I am currently reading through Wade's introduction to analysis and am having some confusion with a lemma before the inverse function theorem. We have by hypothesis that f is $C^1$ on an open set $V$ in $R^n$ and that $\det(J_f(a)) \neq 0$ for some $a \in V$.
Then Wade defines $h:V^{(n)} \to R$ by
$$h(x_1, x_2, ..., x_n) = \det[\frac{\partial f_i}{\partial x_j}(x_i)]$$
I agree that h is continuous on $V^{(n)}$. But then it is claimed that since $h(a, a, ..., a) = \det J_{f}(a) \neq 0$ it follows that there is an $r > 0$ such that $B_r(a) \subset V$ and $h(c_1, ..., c_n) \neq 0$ for $c_i \in B_r(a).$
This is where I am confused, I know that by continuity there exists some $B \subset V^{(n)}$ such that $h(b) \neq 0 $ for all $b \in B$ but how then can we break this up and speak about each component of this b and say they must be in a ball close to a?
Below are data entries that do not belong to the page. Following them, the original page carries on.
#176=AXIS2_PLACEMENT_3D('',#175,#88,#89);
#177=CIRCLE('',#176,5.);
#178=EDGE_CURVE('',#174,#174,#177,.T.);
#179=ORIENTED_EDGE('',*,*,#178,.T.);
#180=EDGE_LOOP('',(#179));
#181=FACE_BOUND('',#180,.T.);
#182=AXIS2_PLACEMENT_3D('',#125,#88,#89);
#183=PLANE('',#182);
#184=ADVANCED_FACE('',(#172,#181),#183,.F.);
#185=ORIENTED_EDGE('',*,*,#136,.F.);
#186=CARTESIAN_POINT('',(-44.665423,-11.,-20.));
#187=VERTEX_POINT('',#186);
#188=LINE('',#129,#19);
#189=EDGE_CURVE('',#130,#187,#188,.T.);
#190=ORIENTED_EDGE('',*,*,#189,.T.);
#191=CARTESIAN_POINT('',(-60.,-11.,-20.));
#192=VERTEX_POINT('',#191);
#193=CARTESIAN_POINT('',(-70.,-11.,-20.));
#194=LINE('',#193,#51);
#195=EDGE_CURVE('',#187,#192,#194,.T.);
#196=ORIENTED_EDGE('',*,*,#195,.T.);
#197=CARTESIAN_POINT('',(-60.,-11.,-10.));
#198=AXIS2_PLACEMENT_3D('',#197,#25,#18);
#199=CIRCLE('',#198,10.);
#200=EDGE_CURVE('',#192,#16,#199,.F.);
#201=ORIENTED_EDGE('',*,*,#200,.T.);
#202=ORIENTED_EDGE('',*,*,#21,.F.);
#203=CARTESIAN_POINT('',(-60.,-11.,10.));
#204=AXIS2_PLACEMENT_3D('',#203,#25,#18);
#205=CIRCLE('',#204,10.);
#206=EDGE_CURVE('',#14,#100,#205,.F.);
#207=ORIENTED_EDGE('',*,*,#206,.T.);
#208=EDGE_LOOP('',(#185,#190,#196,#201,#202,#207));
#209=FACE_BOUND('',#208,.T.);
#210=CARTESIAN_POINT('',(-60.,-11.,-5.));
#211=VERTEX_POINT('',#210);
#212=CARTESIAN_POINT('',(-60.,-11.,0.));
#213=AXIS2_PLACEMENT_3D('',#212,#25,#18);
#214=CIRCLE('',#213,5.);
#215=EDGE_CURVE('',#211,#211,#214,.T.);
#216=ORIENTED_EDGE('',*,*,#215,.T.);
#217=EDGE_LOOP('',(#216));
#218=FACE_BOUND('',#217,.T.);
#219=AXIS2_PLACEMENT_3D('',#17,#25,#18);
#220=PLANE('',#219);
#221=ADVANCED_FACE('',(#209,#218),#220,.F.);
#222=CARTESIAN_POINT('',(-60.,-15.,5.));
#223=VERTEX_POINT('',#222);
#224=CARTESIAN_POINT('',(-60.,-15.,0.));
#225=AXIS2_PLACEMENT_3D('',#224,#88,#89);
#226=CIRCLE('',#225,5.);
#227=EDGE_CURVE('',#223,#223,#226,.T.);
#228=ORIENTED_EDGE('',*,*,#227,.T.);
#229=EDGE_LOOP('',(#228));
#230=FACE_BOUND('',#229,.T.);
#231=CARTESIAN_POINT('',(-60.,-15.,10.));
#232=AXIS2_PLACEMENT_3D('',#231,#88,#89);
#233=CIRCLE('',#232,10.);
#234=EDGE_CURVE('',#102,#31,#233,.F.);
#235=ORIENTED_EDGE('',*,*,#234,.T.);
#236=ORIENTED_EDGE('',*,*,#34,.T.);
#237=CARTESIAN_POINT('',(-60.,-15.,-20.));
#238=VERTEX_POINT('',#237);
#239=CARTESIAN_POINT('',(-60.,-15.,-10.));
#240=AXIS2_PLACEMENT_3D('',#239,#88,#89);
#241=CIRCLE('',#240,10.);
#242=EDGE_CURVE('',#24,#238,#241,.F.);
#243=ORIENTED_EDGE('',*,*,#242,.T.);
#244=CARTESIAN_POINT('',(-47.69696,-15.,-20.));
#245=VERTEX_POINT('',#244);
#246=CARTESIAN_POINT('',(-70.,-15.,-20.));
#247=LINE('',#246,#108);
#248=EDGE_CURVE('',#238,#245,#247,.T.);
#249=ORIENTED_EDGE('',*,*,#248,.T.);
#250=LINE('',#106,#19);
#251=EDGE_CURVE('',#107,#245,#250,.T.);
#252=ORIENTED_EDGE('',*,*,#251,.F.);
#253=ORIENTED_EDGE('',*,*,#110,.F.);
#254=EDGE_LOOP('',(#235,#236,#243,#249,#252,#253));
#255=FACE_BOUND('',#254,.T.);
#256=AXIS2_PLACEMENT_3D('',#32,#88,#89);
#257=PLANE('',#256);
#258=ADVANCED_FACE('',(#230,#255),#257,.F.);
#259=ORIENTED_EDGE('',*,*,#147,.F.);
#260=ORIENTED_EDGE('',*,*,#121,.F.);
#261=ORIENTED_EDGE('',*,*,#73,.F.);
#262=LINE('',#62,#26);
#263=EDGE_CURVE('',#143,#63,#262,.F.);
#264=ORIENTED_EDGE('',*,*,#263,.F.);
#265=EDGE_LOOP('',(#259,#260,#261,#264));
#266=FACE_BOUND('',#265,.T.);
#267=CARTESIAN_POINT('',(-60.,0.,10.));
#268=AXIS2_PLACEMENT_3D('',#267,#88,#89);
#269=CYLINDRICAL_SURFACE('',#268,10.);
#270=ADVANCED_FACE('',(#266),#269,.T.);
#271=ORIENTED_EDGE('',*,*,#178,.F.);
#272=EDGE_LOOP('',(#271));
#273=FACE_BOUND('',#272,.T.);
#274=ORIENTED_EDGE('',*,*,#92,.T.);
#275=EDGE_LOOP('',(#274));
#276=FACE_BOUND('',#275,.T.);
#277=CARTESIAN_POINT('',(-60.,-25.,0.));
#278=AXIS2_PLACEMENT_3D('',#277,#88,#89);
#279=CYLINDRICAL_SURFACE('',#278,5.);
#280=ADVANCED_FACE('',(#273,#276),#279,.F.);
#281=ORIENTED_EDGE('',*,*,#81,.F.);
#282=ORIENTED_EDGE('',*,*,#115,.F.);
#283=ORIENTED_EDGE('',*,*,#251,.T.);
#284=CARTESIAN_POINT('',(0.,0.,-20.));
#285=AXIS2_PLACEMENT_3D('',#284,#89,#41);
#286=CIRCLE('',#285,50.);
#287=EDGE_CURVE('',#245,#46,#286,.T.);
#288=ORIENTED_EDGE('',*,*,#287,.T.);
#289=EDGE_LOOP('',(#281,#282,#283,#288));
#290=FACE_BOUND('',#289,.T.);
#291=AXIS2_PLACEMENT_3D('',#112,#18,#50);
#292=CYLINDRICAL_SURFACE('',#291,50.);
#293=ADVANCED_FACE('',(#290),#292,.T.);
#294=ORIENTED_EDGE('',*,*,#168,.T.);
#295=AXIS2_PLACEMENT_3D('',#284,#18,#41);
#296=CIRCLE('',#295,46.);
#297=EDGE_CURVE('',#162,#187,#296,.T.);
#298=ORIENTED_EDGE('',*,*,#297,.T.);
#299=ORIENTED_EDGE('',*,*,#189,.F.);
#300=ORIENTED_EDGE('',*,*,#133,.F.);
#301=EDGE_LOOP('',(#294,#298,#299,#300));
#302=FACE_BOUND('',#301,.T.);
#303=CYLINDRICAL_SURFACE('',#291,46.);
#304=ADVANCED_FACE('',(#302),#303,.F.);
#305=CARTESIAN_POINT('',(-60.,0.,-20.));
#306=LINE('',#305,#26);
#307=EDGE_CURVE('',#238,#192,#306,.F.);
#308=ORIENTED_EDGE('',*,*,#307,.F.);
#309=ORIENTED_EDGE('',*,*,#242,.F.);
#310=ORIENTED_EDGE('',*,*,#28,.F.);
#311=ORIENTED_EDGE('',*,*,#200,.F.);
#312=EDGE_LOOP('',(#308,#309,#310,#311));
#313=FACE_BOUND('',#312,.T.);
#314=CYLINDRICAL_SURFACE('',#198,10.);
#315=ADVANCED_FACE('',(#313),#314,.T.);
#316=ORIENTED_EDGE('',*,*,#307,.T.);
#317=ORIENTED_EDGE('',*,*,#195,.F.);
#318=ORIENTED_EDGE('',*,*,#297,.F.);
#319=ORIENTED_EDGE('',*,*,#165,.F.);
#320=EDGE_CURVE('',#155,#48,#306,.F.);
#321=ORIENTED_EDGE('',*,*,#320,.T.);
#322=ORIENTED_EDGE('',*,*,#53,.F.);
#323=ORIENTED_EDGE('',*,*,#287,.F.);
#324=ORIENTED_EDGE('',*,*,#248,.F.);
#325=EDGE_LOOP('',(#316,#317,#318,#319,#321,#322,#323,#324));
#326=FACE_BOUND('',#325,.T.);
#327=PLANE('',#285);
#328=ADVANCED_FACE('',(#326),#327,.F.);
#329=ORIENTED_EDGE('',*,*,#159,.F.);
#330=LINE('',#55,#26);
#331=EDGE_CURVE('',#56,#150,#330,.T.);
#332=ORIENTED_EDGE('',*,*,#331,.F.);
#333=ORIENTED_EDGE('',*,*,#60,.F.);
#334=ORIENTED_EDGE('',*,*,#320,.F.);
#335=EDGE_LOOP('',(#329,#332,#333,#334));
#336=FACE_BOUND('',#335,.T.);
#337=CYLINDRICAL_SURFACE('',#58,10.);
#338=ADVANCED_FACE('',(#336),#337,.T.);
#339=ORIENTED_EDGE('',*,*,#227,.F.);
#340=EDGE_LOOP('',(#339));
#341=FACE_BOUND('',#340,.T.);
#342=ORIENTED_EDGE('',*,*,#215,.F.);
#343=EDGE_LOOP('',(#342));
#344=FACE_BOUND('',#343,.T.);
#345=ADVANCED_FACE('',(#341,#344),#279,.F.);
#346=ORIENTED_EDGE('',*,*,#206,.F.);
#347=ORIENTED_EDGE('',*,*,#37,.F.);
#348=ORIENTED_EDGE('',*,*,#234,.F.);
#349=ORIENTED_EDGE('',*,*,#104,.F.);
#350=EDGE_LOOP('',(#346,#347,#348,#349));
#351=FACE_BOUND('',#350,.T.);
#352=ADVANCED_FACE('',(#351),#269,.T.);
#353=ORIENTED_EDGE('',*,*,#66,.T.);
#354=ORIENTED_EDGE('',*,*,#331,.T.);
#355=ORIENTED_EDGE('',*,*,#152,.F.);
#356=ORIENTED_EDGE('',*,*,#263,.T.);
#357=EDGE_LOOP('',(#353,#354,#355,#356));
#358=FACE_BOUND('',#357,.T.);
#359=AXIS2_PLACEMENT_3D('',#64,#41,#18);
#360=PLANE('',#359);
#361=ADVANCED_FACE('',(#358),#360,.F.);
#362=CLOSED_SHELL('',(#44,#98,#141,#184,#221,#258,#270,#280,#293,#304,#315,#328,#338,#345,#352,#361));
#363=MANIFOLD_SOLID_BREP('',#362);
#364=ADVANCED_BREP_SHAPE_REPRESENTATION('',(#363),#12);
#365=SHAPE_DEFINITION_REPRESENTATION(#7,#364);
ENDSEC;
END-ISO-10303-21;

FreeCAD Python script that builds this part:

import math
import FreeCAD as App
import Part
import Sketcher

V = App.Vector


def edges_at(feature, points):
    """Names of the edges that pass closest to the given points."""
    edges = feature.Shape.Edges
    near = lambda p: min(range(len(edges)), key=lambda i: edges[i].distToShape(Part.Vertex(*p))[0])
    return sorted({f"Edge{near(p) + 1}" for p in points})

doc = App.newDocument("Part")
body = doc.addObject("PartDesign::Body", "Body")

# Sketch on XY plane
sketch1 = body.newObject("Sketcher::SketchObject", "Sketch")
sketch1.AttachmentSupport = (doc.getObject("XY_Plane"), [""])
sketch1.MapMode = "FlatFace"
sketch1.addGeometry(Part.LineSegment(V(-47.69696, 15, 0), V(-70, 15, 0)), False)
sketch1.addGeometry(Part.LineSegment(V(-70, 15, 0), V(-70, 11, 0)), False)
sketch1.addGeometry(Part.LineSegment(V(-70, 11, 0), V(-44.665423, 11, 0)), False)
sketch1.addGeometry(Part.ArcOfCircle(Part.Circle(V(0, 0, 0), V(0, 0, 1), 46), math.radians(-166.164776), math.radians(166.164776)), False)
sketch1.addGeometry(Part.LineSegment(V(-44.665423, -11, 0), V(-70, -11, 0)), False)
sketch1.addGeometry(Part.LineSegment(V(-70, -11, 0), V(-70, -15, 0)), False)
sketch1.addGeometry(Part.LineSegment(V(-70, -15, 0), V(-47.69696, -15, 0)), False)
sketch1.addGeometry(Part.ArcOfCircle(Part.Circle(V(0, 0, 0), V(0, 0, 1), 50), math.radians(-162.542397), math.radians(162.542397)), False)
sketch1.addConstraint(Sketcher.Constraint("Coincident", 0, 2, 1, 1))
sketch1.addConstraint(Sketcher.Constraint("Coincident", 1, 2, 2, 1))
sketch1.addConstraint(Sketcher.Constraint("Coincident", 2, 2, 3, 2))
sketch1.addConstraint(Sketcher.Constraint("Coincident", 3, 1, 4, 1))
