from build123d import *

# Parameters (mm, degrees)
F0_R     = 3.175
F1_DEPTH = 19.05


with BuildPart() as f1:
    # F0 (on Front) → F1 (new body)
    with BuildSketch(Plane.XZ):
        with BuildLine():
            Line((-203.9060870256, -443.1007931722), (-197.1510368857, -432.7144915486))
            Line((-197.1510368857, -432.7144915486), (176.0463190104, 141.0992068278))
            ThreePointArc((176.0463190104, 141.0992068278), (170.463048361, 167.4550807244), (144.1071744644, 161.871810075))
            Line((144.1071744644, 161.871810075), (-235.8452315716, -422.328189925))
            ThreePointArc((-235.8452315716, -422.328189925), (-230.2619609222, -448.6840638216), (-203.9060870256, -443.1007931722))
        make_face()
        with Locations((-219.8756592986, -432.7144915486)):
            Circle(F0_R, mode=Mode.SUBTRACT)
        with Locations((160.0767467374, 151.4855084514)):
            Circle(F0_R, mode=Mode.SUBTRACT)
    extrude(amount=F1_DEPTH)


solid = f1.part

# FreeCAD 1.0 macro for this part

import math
import FreeCAD as App
import Part
import Sketcher
from FreeCAD import Vector
Q = App.Units.Quantity

doc = App.newDocument("Part")
params = doc.addObject("Spreadsheet::Sheet", "Params")
for row, (alias, value) in enumerate([
    ("sketch1_diameter", "0.25 in"),
    ("sketch1_radius", "0.75 in"),
    ("pad1_length", "0.75 in"),
], start=1):
    params.set(f"A{row}", alias)
    params.set(f"B{row}", "=" + value)
    params.setAlias(f"B{row}", alias)

body = doc.addObject("PartDesign::Body", "Body")

sketch1 = body.newObject("Sketcher::SketchObject", "Sketch")
sketch1.AttachmentSupport = (doc.getObject("XZ_Plane"), [""])
sketch1.MapMode = "FlatFace"
sketch1.addGeometry(Part.LineSegment(Vector(-203.906087, -443.100793, 0), Vector(-197.151037, -432.714492, 0)), False)
sketch1.addGeometry(Part.LineSegment(Vector(-197.151037, -432.714492, 0), Vector(176.046319, 141.099207, 0)), False)
sketch1.addGeometry(Part.ArcOfCircle(Part.Circle(Vector(160.076747, 151.485508, 0), Vector(0, 0, 1), 19.05), math.radians(-33.039199), math.radians(146.960801)), False)
sketch1.addGeometry(Part.LineSegment(Vector(144.107174, 161.87181, 0), Vector(-235.845232, -422.32819, 0)), False)
sketch1.addGeometry(Part.ArcOfCircle(Part.Circle(Vector(-219.875659, -432.714492, 0), Vector(0, 0, 1), 19.05), math.radians(146.960801), math.radians(326.960801)), False)
sketch1.addGeometry(Part.Circle(Vector(-219.875659, -432.714492, 0), Vector(0, 0, 1), 3.175), False)
sketch1.addGeometry(Part.Circle(Vector(160.076747, 151.485508, 0), Vector(0, 0, 1), 3.175), False)
sketch1.addConstraint(Sketcher.Constraint("Coincident", 0, 2, 1, 1))
sketch1.addConstraint(Sketcher.Constraint("Tangent", 1, 2, 2, 1))
sketch1.addConstraint(Sketcher.Constraint("Tangent", 2, 2, 3, 1))
sketch1.addConstraint(Sketcher.Constraint("Tangent", 3, 2, 4, 1))
sketch1.addConstraint(Sketcher.Constraint("Tangent", 4, 2, 0, 1))
sketch1.addConstraint(Sketcher.Constraint("Coincident", 5, 3, 4, 3))
sketch1.addConstraint(Sketcher.Constraint("Coincident", 6, 3, 2, 3))
sketch1.addConstraint(Sketcher.Constraint("Equal", 2, 4))
sketch1.addConstraint(Sketcher.Constraint("Equal", 5, 6))
sketch1.addConstraint(Sketcher.Constraint("Parallel", 0, 1))
sketch1.addConstraint(Sketcher.Constraint("Horizontal", 5, 3, 0, 2))
sketch1.addConstraint(Sketcher.Constraint("Diameter", 5, Q("0.25 in")))
sketch1.addConstraint(Sketcher.Constraint("Radius", 2, Q("0.75 in")))
sketch1.addConstraint(Sketcher.Constraint("DistanceY", 4, 3, 2, 3, Q("23 in")))
sketch1.addConstraint(Sketcher.Constraint("DistanceY", 1, 2, 2, 3, 10.386302))
sketch1.addConstraint(Sketcher.Constraint("DistanceY", -1, 1, 2, 3, 151.485508))
sketch1.addConstraint(Sketcher.Constraint("DistanceX", 4, 3, -1, 1, 219.875659))
sketch1.setExpression("Constraints[11]", "Params.sketch1_diameter")
sketch1.setExpression("Constraints[12]", "Params.sketch1_radius")
pad1 = body.newObject("PartDesign::Pad", "Pad")
pad1.Profile = sketch1
pad1.setExpression("Length", "Params.pad1_length")

doc.recompute()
By $h(a,...,a)=J_f(a)\neq 0$ I will assume you mean $h(a,...,a)=det[J_f(a)]\neq 0$. As Paul Frost commented, $J_f(a)\neq0$ does not imply $det[J_f(a)]\neq 0$.
Continuity on $V^n$ means that we can find a ball in which $h(b)\neq 0$ for all $b\in B$. This is because we can make $||h(b)-h(a,...,a)||<\frac{||h(a,...,a)||}{2}$ so then by triangle inequality $||h(b)||\geq\frac{||h(a,...,a)||}{2}>0$ in $B$.
But we are using euclidean norm, so if $b=(b_1,...,b_n)\in B_r(a,...,a)$, that means we have $\left(\sum_{i=1}^n|b_i-a|^2\right)^\frac{1}{2}\leq r$ so in particular, each part of that sum has to be less than $r$ since we are summing positive terms. So $|b_i-a|\leq r$ for each $i$, but this is exactly saying $b_i\in B_r(a)$ for each $i$.